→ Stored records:

== Segment start ==

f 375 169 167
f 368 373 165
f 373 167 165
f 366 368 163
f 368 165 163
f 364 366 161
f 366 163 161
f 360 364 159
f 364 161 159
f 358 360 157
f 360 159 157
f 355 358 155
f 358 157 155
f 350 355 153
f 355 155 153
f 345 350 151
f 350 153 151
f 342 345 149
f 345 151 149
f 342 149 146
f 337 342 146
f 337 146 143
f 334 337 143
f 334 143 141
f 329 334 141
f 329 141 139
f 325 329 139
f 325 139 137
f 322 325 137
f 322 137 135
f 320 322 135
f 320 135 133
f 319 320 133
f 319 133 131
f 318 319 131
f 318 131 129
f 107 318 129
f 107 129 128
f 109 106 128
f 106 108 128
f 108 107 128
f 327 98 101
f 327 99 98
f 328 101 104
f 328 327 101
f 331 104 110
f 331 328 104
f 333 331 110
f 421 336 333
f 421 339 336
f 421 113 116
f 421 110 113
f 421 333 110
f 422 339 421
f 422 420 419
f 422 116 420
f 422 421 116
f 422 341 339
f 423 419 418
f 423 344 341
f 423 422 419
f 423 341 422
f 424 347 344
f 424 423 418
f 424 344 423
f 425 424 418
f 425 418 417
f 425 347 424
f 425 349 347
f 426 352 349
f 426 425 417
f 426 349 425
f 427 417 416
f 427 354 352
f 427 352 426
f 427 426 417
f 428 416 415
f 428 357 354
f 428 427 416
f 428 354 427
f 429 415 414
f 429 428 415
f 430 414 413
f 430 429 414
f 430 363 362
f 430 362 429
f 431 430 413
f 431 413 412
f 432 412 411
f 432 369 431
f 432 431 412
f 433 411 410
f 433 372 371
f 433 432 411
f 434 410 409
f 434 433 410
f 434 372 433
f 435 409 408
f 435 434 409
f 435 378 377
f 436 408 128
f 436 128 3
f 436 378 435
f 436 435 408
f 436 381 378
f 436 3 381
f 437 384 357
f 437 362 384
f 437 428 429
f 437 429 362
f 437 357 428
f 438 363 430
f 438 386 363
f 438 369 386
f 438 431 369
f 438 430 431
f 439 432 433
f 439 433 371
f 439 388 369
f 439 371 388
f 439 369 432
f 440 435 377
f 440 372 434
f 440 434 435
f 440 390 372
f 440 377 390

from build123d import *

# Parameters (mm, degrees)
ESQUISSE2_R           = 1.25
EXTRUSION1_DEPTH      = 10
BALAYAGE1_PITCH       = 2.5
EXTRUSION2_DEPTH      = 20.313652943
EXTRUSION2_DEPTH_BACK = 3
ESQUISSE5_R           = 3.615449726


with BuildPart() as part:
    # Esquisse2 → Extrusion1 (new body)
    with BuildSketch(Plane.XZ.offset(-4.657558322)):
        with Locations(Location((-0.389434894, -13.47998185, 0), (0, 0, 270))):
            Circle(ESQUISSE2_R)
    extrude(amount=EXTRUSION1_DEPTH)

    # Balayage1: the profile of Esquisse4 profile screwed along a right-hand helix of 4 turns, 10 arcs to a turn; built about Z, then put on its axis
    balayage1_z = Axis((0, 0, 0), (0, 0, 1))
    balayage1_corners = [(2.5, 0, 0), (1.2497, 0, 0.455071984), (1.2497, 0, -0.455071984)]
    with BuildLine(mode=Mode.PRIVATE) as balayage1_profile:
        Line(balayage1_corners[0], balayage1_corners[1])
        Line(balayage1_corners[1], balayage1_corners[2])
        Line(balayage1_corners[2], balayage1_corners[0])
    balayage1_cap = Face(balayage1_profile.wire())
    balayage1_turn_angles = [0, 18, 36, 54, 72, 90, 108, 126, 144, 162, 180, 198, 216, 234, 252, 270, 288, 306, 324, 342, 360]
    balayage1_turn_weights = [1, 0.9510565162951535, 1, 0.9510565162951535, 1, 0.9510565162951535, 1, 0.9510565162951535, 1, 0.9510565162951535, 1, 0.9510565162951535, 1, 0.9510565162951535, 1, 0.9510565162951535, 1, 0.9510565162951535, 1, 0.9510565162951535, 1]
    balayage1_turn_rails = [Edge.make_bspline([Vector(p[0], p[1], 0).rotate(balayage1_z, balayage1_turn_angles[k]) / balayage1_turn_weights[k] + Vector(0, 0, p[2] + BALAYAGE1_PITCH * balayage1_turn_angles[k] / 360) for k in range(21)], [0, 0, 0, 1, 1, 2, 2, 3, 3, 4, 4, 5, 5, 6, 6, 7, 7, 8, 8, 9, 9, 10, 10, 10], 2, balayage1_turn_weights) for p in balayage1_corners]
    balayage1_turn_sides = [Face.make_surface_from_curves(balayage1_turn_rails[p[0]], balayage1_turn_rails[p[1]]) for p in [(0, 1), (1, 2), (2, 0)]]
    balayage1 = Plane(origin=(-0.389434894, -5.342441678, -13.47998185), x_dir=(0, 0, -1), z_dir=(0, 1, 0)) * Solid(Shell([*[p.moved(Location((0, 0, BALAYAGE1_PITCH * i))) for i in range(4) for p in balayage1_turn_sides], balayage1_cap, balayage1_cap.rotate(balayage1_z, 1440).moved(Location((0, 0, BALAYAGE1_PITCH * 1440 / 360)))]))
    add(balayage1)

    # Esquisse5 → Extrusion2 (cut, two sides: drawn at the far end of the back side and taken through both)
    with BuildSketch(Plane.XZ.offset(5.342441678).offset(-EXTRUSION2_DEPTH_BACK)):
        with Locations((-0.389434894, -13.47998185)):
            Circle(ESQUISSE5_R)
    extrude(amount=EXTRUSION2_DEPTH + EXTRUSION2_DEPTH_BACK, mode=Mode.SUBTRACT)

== Segment end ==

→ Problem statement:
Give back precisely the lines above that start at the line containing "EXTRUSION2_DEPTH_BACK = 3" and end at the line containing "balayage1_z = Axis((0, 0, 0), (0, 0, 1))", inclusive. No other lines belong in the output.

→ Final answer:
EXTRUSION2_DEPTH_BACK = 3
ESQUISSE5_R           = 3.615449726


with BuildPart() as part:
    # Esquisse2 → Extrusion1 (new body)
    with BuildSketch(Plane.XZ.offset(-4.657558322)):
        with Locations(Location((-0.389434894, -13.47998185, 0), (0, 0, 270))):
            Circle(ESQUISSE2_R)
    extrude(amount=EXTRUSION1_DEPTH)

    # Balayage1: the profile of Esquisse4 profile screwed along a right-hand helix of 4 turns, 10 arcs to a turn; built about Z, then put on its axis
    balayage1_z = Axis((0, 0, 0), (0, 0, 1))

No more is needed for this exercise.